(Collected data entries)
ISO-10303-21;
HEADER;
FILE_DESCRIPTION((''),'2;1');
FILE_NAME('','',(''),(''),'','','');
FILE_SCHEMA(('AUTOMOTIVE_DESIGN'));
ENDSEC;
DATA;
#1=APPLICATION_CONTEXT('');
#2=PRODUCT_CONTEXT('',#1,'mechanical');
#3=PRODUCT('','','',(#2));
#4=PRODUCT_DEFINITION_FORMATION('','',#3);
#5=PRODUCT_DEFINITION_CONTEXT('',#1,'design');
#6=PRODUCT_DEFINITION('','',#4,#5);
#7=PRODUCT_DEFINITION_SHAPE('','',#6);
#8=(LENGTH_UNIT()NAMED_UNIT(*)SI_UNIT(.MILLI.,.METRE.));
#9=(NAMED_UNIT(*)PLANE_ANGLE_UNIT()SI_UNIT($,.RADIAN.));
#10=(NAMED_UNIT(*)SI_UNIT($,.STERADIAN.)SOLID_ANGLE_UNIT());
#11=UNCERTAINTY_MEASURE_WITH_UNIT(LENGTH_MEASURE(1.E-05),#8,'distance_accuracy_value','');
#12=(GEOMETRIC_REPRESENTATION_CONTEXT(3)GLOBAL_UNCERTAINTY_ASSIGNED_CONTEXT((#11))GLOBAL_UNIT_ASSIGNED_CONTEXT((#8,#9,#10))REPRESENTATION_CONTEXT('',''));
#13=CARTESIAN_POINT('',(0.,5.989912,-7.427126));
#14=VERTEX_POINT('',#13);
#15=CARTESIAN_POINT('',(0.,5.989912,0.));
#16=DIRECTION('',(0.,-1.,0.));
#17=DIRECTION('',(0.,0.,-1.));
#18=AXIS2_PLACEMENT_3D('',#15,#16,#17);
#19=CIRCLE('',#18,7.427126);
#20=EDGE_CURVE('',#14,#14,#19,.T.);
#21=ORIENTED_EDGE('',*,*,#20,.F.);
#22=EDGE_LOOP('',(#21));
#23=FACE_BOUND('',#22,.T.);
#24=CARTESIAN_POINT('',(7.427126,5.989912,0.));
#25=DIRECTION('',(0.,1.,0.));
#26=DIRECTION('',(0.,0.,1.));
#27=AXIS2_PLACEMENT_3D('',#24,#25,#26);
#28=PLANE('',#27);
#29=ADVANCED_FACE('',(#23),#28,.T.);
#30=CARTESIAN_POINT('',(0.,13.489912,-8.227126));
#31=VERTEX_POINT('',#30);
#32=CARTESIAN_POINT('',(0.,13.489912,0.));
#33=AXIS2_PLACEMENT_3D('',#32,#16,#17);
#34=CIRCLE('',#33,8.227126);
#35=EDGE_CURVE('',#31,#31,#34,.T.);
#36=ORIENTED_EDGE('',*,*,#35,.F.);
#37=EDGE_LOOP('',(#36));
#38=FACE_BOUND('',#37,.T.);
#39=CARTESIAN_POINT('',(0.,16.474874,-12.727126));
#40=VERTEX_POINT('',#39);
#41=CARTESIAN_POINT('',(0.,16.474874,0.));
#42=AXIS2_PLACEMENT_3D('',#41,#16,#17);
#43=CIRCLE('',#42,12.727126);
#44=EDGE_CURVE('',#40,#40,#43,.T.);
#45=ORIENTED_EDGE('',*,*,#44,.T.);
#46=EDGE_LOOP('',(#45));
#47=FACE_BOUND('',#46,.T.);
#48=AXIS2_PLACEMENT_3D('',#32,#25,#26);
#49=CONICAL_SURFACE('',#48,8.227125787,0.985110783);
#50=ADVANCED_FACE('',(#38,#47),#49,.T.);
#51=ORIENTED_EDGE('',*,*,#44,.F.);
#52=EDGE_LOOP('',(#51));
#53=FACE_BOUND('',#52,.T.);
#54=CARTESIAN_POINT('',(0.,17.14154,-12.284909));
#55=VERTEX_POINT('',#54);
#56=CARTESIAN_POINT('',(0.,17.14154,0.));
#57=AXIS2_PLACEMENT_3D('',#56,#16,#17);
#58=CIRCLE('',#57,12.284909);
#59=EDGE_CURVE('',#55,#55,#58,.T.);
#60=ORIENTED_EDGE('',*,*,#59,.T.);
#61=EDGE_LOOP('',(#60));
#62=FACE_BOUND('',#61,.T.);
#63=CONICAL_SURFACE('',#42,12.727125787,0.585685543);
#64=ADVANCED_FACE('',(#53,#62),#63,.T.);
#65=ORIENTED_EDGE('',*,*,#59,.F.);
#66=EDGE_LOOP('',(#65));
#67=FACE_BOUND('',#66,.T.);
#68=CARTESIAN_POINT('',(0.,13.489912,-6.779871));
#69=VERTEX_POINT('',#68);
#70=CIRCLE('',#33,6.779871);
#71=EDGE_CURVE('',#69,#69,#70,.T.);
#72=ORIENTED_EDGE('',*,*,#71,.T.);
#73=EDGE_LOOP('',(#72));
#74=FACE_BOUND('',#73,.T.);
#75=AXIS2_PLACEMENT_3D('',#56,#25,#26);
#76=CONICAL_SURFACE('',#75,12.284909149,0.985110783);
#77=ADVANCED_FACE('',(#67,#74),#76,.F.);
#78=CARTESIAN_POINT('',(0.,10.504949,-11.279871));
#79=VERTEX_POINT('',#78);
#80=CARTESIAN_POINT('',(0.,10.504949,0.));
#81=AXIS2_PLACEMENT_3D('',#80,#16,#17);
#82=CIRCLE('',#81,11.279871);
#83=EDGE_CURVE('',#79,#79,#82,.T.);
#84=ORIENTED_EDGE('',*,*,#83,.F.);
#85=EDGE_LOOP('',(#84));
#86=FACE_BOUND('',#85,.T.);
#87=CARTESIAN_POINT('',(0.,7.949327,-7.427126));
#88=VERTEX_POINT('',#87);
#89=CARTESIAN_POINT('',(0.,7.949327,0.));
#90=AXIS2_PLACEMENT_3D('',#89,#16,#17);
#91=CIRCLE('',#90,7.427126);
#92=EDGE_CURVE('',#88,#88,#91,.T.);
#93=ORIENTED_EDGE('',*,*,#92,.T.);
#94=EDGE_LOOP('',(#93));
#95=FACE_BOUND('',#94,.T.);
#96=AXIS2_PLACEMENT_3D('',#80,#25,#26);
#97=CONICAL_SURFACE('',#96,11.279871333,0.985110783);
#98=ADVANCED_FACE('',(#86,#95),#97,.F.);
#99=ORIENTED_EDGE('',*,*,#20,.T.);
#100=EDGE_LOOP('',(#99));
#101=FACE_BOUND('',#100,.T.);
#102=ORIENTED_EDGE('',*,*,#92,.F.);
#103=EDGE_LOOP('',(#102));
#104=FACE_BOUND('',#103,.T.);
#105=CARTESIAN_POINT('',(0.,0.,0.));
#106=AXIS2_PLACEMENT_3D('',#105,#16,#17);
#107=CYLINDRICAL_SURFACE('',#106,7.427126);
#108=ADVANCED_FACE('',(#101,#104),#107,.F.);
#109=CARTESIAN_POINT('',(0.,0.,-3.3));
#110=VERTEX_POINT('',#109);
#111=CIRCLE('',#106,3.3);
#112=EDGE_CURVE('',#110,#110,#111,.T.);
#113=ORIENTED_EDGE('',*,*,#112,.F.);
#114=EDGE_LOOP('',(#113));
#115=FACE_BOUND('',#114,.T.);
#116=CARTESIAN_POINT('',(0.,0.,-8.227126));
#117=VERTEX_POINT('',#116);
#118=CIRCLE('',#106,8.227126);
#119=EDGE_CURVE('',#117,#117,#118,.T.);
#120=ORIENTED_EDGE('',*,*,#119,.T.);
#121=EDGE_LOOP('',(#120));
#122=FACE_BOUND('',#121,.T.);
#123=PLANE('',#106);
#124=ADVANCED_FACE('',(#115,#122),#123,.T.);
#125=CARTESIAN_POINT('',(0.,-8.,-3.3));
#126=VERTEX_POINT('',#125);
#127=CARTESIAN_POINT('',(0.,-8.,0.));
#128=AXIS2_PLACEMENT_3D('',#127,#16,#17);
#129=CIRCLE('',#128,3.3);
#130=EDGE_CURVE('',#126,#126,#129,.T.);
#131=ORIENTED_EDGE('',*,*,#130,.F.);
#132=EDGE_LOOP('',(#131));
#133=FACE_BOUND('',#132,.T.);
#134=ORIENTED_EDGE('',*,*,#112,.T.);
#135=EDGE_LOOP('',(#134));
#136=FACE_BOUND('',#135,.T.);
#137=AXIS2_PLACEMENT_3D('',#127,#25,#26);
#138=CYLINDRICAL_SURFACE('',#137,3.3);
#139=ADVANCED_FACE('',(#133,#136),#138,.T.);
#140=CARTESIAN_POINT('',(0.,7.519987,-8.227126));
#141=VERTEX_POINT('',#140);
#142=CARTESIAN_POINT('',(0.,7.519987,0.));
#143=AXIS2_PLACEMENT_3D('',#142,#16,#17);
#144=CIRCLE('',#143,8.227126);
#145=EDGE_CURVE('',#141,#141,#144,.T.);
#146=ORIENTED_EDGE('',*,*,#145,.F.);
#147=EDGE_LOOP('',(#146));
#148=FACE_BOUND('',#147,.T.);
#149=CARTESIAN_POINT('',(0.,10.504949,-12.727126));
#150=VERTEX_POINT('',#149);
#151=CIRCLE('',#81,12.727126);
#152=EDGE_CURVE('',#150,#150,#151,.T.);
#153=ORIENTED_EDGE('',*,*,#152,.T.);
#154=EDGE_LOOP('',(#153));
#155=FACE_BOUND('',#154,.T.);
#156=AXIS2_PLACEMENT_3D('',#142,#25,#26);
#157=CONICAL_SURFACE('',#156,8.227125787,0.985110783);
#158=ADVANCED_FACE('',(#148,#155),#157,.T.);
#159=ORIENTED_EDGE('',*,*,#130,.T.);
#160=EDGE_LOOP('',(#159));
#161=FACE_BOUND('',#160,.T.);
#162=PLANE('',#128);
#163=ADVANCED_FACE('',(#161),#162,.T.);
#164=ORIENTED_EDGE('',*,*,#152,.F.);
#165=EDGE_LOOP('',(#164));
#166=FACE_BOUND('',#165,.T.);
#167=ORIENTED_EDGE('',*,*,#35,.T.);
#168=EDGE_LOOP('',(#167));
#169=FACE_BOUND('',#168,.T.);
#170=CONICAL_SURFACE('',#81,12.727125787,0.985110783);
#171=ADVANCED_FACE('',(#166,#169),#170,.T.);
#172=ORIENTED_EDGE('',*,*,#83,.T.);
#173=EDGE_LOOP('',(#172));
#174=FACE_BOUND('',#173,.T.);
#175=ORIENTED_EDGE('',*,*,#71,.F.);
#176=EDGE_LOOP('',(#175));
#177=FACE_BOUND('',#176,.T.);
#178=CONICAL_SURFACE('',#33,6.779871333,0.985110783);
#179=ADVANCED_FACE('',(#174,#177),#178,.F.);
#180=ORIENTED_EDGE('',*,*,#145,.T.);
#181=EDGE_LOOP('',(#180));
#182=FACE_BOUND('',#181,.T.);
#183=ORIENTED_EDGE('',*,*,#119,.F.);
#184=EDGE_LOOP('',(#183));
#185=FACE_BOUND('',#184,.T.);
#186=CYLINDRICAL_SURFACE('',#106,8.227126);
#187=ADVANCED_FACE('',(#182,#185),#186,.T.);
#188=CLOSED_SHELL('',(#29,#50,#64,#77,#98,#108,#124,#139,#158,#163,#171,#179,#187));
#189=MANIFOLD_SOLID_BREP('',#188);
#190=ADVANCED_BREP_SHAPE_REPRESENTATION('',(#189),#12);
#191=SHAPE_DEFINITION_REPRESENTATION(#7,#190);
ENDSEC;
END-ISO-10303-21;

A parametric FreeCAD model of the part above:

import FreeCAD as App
import Part
import Sketcher

V = App.Vector

doc = App.newDocument("Part")
body = doc.addObject("PartDesign::Body", "Body")

# Sketch on XY plane
sketch1 = body.newObject("Sketcher::SketchObject", "Sketch")
sketch1.AttachmentSupport = (doc.getObject("XY_Plane"), [""])
sketch1.MapMode = "FlatFace"
sketch1.addGeometry(Part.LineSegment(V(0, 0, 0), V(8.2, 0, 0)), False)
sketch1.addGeometry(Part.LineSegment(V(8.2, 0, 0), V(8.2, 7.5, 0)), False)
sketch1.addGeometry(Part.LineSegment(V(8.2, 7.5, 0), V(12.7, 10.5, 0)), False)
sketch1.addGeometry(Part.LineSegment(V(12.7, 10.5, 0), V(8.2, 13.5, 0)), False)
sketch1.addGeometry(Part.LineSegment(V(8.2, 13.5, 0), V(12.7, 16.5, 0)), False)
sketch1.addGeometry(Part.LineSegment(V(12.7, 16.5, 0), V(12.3, 17.1, 0)), False)
sketch1.addGeometry(Part.LineSegment(V(12.3, 17.1, 0), V(6.8, 13.5, 0)), False)
sketch1.addGeometry(Part.LineSegment(V(6.8, 13.5, 0), V(11.3, 10.5, 0)), False)
sketch1.addGeometry(Part.LineSegment(V(11.3, 10.5, 0), V(7.4, 7.9, 0)), False)
sketch1.addGeometry(Part.LineSegment(V(7.4, 7.9, 0), V(7.4, 6, 0)), False)
sketch1.addGeometry(Part.LineSegment(V(7.4, 6, 0), V(0, 6, 0)), False)
sketch1.addGeometry(Part.LineSegment(V(0, 6, 0), V(0, 0, 0)), False)
sketch1.addConstraint(Sketcher.Constraint("Coincident", 0, 2, 1, 1))
sketch1.addConstraint(Sketcher.Constraint("Coincident", 1, 2, 2, 1))
sketch1.addConstraint(Sketcher.Constraint("Coincident", 2, 2, 3, 1))
sketch1.addConstraint(Sketcher.Constraint("Coincident", 3, 2, 4, 1))
sketch1.addConstraint(Sketcher.Constraint("Coincident", 4, 2, 5, 1))
sketch1.addConstraint(Sketcher.Constraint("Coincident", 5, 2, 6, 1))
sketch1.addConstraint(Sketcher.Constraint("Coincident", 6, 2, 7, 1))
sketch1.addConstraint(Sketcher.Constraint("Coincident", 7, 2, 8, 1))
sketch1.addConstraint(Sketcher.Constraint("Coincident", 8, 2, 9, 1))
sketch1.addConstraint(Sketcher.Constraint("Coincident", 9, 2, 10, 1))
sketch1.addConstraint(Sketcher.Constraint("Coincident", 10, 2, 11, 1))
sketch1.addConstraint(Sketcher.Constraint("Coincident", 11, 2, 0, 1))
sketch1.addConstraint(Sketcher.Constraint("Horizontal", 0))
sketch1.addConstraint(Sketcher.Constraint("Vertical", 1))
sketch1.addConstraint(Sketcher.Constraint("Vertical", 9))
sketch1.addConstraint(Sketcher.Constraint("Horizontal", 10))
sketch1.addConstraint(Sketcher.Constraint("Vertical", 11))
sketch1.addConstraint(Sketcher.Constraint("Coincident", 11, 2, -1, 1))
sketch1.addConstraint(Sketcher.Constraint("Parallel", 2, 4))
sketch1.addConstraint(Sketcher.Constraint("Perpendicular", 4, 5))
sketch1.addConstraint(Sketcher.Constraint("Perpendicular", 5, 6))
sketch1.addConstraint(Sketcher.Constraint("Parallel", 3, 7))
sketch1.addConstraint(Sketcher.Constraint("Parallel", 6, 8))
sketch1.addConstraint(Sketcher.Constraint("Horizontal", 3, 2, 6, 2))
sketch1.addConstraint(Sketcher.Constraint("Horizontal", 2, 2, 7, 2))
sketch1.addConstraint(Sketcher.Constraint("Vertical", 1, 2, 3, 2))
sketch1.addConstraint(Sketcher.Constraint("Vertical", 2, 2, 4, 2))
sketch1.addConstraint(Sketcher.Constraint("Equal", 2, 3))
sketch1.addConstraint(Sketcher.Constraint("Distance", 2, 5.4))
sketch1.addConstraint(Sketcher.Constraint("Distance", 5, 0.8))
sketch1.addConstraint(Sketcher.Constraint("DistanceX", 1, 2, 2, 2, 4.5))
sketch1.addConstraint(Sketcher.Constraint("DistanceX", 8, 2, 1, 2, 0.8))
sketch1.addConstraint(Sketcher.Constraint("DistanceY", 10, 2, 6, 2, 7.5))
sketch1.addConstraint(Sketcher.Constraint("DistanceY", 11, 2, 11, 1, 5.989912))
sketch1.addConstraint(Sketcher.Constraint("DistanceX", 0, 1, 0, 2, 8.227126))
revolution = body.newObject("PartDesign::Revolution", "Revolution")
revolution.Profile = sketch1
revolution.ReferenceAxis = (sketch1, ["V_Axis"])
revolution.Angle = 360

# Sketch on XZ plane
sketch2 = body.newObject("Sketcher::SketchObject", "Sketch001")
sketch2.AttachmentSupport = (doc.getObject("XZ_Plane"), [""])
sketch2.MapMode = "FlatFace"
sketch2.addGeometry(Part.Circle(V(0, 0, 0), V(0, 0, 1), 3.3), False)
sketch2.addConstraint(Sketcher.Constraint("Coincident", 0, 3, -1, 1))
sketch2.addConstraint(Sketcher.Constraint("Diameter", 0, 6.6))
pad1 = body.newObject("PartDesign::Pad", "Pad")
pad1.Profile = sketch2
pad1.Length = 8

doc.recompute()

Exercise objective
Each line in the entries above, starting at the line with "#91=CIRCLE('',#90,7.427126);" and ending at the line with "#115=FACE_BOUND('',#114,.T.);", is to be printed exactly, and only those lines.

Answer to this task
#91=CIRCLE('',#90,7.427126);
#92=EDGE_CURVE('',#88,#88,#91,.T.);
#93=ORIENTED_EDGE('',*,*,#92,.T.);
#94=EDGE_LOOP('',(#93));
#95=FACE_BOUND('',#94,.T.);
#96=AXIS2_PLACEMENT_3D('',#80,#25,#26);
#97=CONICAL_SURFACE('',#96,11.279871333,0.985110783);
#98=ADVANCED_FACE('',(#86,#95),#97,.F.);
#99=ORIENTED_EDGE('',*,*,#20,.T.);
#100=EDGE_LOOP('',(#99));
#101=FACE_BOUND('',#100,.T.);
#102=ORIENTED_EDGE('',*,*,#92,.F.);
#103=EDGE_LOOP('',(#102));
#104=FACE_BOUND('',#103,.T.);
#105=CARTESIAN_POINT('',(0.,0.,0.));
#106=AXIS2_PLACEMENT_3D('',#105,#16,#17);
#107=CYLINDRICAL_SURFACE('',#106,7.427126);
#108=ADVANCED_FACE('',(#101,#104),#107,.F.);
#109=CARTESIAN_POINT('',(0.,0.,-3.3));
#110=VERTEX_POINT('',#109);
#111=CIRCLE('',#106,3.3);
#112=EDGE_CURVE('',#110,#110,#111,.T.);
#113=ORIENTED_EDGE('',*,*,#112,.F.);
#114=EDGE_LOOP('',(#113));
#115=FACE_BOUND('',#114,.T.);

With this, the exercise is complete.